Its scientists are energetically, if still dreamily, planning a colony on Mars.
China's Communist leaders are taking a page from the American playbook of the 1960's to spur technological advances, give China a place at the
pinnacle of military power and bolster the popularity of a governing party that still faces enormous social and economic problems.
"Space technology does not belong to the rich countries alone," said Zhang Houying, a scientific director of the Shenzhou program. "In science
there is only a No. 1, no No. 2. We'd like to lead in contributing to mankind." China's space program, controlled by the reflexively suspicious
military, has long been shielded in secrecy. The program's managers do not disclose their budget, launch details or even the names of the 14
astronauts in training at a guarded complex outside Beijing.
But the country's top officials make clear that they intend to challenge the United States in space, where it has faced little competition in manned
space flight since the collapse of the Soviet Union.
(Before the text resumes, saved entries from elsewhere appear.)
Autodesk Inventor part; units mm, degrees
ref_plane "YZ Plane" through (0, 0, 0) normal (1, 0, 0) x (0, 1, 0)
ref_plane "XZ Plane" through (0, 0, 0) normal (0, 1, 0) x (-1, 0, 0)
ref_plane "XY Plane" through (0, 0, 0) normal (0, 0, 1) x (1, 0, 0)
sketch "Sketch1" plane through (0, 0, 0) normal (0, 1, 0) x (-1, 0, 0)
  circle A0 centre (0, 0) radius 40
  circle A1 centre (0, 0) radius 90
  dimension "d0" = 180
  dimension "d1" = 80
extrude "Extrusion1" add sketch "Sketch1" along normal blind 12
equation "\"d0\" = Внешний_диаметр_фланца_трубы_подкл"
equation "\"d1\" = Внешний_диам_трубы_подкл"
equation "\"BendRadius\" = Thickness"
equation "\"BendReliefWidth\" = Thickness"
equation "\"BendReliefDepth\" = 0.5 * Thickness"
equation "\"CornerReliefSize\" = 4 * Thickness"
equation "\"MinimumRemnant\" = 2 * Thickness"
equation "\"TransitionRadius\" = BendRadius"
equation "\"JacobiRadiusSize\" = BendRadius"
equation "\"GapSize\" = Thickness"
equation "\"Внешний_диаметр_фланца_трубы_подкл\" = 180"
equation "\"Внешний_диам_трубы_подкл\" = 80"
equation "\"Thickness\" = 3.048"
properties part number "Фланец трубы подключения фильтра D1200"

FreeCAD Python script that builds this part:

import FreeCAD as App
import Part
import Sketcher
Q = App.Units.Quantity

doc = App.newDocument("Part")
body = doc.addObject("PartDesign::Body", "Body")

sketch1 = doc.addObject("Sketcher::SketchObject", "Sketch")
body.addObject(sketch1)
sketch1.AttachmentSupport = (doc.XZ_Plane, [""])
sketch1.MapMode = "FlatFace"
sketch1.addGeometry([
    Part.Circle(App.Vector(0, 0, 0), App.Vector(0, 0, 1), 90),
    Part.Circle(App.Vector(0, 0, 0), App.Vector(0, 0, 1), 40),
], False)
sketch1.addConstraint([
    Sketcher.Constraint("Coincident", 0, 3, -1, 1),
    Sketcher.Constraint("Coincident", 1, 3, -1, 1),
    Sketcher.Constraint("Diameter", 0, Q("180 mm")),
    Sketcher.Constraint("Diameter", 1, Q("80 mm")),
])
pad1 = doc.addObject("PartDesign::Pad", "Pad")
body.addObject(pad1)
pad1.Profile = sketch1
pad1.Length = 12
pad1.Reversed = True

doc.recompute()
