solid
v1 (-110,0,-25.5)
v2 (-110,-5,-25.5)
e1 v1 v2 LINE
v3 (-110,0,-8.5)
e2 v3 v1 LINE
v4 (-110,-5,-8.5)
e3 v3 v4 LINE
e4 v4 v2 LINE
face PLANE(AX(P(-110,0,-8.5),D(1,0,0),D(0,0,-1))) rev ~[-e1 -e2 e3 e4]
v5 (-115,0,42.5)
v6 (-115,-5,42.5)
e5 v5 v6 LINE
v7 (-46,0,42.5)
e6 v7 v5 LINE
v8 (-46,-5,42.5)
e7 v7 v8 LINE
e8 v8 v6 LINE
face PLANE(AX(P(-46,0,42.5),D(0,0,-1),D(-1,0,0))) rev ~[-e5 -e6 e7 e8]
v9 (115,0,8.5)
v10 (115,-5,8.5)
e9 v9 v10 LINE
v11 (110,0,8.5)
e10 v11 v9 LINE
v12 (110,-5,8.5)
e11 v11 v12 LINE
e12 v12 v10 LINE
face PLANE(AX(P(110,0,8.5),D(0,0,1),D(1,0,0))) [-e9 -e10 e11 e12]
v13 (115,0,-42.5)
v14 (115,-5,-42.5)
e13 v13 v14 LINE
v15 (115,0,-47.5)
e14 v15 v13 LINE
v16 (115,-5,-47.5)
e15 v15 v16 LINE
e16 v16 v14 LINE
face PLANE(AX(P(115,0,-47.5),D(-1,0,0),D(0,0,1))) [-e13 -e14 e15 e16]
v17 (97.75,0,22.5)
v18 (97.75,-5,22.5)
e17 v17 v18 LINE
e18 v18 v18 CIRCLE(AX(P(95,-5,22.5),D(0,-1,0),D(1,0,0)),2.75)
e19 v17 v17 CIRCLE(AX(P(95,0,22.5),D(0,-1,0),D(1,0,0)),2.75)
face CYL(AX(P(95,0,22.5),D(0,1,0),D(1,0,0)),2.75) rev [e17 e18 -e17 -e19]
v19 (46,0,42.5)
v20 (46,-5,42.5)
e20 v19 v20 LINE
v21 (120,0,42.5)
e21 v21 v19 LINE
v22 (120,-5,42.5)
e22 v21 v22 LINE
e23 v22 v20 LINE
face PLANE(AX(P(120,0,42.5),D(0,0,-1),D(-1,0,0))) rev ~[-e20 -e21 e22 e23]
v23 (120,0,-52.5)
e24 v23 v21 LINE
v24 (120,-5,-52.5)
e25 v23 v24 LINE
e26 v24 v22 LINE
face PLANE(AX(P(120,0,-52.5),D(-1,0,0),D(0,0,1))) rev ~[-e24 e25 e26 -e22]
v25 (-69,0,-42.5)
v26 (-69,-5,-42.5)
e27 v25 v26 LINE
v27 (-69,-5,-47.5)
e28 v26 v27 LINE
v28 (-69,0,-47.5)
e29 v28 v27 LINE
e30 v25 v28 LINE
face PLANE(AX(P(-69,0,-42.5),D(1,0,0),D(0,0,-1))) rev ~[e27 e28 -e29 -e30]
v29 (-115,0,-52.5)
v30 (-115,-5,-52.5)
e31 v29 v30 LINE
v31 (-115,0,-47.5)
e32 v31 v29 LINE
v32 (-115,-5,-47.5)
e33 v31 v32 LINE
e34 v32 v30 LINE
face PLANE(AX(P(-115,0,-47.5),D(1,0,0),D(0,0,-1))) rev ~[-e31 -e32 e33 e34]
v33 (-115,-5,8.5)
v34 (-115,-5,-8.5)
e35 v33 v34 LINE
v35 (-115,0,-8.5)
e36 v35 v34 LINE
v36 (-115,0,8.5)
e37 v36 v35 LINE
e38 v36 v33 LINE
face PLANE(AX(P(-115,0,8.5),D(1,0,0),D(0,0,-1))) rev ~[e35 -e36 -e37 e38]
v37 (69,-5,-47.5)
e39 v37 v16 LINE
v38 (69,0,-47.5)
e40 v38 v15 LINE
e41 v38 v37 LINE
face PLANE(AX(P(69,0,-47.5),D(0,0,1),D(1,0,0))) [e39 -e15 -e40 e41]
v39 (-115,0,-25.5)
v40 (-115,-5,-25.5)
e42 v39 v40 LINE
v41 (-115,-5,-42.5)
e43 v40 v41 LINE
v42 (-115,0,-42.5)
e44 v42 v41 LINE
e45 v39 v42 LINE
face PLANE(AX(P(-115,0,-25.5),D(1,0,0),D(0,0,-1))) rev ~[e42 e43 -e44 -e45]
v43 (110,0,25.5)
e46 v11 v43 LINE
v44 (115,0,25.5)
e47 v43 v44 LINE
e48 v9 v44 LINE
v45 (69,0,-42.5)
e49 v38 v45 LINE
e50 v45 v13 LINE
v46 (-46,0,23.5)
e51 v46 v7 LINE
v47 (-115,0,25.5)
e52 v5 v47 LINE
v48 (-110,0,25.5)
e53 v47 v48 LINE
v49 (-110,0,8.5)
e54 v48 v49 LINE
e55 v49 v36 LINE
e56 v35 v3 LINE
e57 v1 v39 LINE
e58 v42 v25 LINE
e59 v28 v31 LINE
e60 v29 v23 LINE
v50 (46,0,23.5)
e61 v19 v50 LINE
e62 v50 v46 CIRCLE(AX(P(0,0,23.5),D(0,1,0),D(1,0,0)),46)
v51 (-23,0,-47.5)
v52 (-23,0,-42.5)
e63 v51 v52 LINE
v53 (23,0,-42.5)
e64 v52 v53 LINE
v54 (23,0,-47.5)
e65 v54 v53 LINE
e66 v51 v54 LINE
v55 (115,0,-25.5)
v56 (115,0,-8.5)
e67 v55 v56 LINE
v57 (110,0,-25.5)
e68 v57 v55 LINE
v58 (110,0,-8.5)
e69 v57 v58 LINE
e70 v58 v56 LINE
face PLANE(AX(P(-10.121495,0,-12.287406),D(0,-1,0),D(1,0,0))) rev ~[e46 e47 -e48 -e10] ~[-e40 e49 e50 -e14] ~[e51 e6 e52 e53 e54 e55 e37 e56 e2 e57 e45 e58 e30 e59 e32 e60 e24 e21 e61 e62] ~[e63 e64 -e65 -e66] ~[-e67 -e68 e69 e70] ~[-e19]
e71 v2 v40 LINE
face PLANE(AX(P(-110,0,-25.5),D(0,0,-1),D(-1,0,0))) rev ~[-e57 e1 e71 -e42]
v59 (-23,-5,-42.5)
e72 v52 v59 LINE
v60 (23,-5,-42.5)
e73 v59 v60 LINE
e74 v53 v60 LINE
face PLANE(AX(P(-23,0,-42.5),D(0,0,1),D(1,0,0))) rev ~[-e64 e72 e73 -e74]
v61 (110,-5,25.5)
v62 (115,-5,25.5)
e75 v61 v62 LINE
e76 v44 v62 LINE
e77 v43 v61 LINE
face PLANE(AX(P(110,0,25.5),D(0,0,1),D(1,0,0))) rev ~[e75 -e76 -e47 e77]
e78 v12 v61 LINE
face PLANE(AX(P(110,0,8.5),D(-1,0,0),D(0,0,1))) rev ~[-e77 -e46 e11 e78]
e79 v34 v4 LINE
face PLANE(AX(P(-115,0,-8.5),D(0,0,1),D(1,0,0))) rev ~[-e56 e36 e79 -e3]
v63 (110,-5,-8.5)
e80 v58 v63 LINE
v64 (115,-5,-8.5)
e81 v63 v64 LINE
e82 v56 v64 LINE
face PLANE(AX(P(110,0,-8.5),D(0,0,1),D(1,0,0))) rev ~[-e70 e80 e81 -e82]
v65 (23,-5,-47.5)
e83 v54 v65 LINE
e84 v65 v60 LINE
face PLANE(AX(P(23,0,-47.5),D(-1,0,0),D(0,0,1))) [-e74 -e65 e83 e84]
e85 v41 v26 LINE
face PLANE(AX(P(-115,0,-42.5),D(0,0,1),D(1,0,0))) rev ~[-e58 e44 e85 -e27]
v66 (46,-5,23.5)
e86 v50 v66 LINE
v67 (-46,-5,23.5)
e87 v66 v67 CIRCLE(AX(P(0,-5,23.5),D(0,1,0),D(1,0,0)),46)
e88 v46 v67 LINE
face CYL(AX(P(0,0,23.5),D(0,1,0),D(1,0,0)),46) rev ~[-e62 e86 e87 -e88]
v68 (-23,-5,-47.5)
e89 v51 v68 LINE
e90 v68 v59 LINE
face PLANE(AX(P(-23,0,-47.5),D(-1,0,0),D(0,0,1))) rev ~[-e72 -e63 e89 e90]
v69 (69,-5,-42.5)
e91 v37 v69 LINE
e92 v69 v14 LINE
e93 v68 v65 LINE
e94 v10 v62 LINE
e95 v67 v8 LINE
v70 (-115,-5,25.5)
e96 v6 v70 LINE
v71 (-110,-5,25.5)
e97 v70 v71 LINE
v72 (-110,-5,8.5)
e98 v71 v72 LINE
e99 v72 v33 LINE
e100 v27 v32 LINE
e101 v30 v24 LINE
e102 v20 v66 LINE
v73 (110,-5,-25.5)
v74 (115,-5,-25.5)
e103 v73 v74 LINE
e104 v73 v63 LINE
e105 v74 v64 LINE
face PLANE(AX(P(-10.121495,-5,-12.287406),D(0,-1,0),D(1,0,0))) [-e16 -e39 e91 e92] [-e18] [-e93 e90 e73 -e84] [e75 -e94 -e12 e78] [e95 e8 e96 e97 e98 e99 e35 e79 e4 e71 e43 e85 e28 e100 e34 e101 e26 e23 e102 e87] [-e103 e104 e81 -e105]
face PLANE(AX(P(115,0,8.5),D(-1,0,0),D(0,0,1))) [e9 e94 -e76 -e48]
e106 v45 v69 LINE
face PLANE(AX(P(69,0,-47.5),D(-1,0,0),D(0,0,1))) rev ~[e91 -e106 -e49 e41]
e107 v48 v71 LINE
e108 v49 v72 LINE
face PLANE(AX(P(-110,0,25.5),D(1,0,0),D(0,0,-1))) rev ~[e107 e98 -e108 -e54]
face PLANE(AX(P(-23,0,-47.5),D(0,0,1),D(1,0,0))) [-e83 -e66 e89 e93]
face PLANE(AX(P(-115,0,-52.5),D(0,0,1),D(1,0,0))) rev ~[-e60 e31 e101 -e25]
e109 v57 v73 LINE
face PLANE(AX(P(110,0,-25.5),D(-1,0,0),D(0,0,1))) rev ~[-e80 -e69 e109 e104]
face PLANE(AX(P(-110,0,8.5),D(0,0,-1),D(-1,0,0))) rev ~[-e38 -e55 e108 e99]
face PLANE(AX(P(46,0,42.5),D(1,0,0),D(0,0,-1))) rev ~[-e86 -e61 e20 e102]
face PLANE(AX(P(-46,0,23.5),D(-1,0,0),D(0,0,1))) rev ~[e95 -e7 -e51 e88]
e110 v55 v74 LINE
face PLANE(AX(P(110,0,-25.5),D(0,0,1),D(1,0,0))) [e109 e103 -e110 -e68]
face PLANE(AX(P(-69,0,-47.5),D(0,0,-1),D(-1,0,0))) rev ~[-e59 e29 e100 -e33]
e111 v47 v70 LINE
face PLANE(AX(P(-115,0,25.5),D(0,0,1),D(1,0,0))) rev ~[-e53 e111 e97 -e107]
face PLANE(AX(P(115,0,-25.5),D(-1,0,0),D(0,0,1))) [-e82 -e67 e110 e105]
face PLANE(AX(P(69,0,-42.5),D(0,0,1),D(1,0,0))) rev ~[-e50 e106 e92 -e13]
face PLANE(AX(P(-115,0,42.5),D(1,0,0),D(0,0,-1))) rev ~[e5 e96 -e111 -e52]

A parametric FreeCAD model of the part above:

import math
import FreeCAD as App
import Part
import Sketcher

V = App.Vector

doc = App.newDocument("Part")
body = doc.addObject("PartDesign::Body", "Body")

# Sketch on XZ plane
sketch1 = doc.addObject("Sketcher::SketchObject", "Sketch")
body.addObject(sketch1)
sketch1.AttachmentSupport = (doc.XZ_Plane, [""])
sketch1.MapMode = "FlatFace"
sketch1.addGeometry(Part.LineSegment(V(46, 42.5, 0), V(46, 23.5, 0)), False)
sketch1.addGeometry(Part.ArcOfCircle(Part.Circle(V(0, 23.5, 0), V(0, 0, 1), 46), math.radians(180), math.radians(360)), False)
sketch1.addGeometry(Part.LineSegment(V(-46, 23.5, 0), V(-46, 42.5, 0)), False)
sketch1.addGeometry(Part.LineSegment(V(-46, 42.5, 0), V(-115, 42.5, 0)), False)
sketch1.addGeometry(Part.LineSegment(V(-115, 42.5, 0), V(-115, 25.5, 0)), False)
sketch1.addGeometry(Part.LineSegment(V(-115, 25.5, 0), V(-110, 25.5, 0)), False)
sketch1.addGeometry(Part.LineSegment(V(-110, 25.5, 0), V(-110, 8.5, 0)), False)
sketch1.addGeometry(Part.LineSegment(V(-110, 8.5, 0), V(-115, 8.5, 0)), False)
sketch1.addGeometry(Part.LineSegment(V(-115, 8.5, 0), V(-115, -8.5, 0)), False)
sketch1.addGeometry(Part.LineSegment(V(-115, -8.5, 0), V(-110, -8.5, 0)), False)
sketch1.addGeometry(Part.LineSegment(V(-110, -8.5, 0), V(-110, -25.5, 0)), False)
sketch1.addGeometry(Part.LineSegment(V(-110, -25.5, 0), V(-115, -25.5, 0)), False)
sketch1.addGeometry(Part.LineSegment(V(-115, -25.5, 0), V(-115, -42.5, 0)), False)
sketch1.addGeometry(Part.LineSegment(V(-115, -42.5, 0), V(-69, -42.5, 0)), False)
sketch1.addGeometry(Part.LineSegment(V(-69, -42.5, 0), V(-69, -47.5, 0)), False)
Barring a quick breakthrough in NASA's review of what happened to the Columbia, the American shuttle fleet could still be grounded when China becomes
the third nation to send its own astronauts into orbit, providing an extra jolt of publicity that the Chinese believe will add to the prestige of the
mission.
Chinese officials also argue that the United States has wasted wealth and energy on the complex and inherently risky shuttle. That gives China, though
still at least a generation behind in space technology, a chance to catch up.
China intends to reach the moon by 2010. Some here belittle the American moon landing in 1969, proclaiming they will do more than "plant a red flag
and pick up rocks," as one space planner put it.
Officials say they aim to exploit the moon's resources. They covet its apparently abundant supply of helium-3, a rare isotope on earth that some
scientists believe may prove to be a clean fuel of choice when used in special nuclear fusion reactors that would have to be developed.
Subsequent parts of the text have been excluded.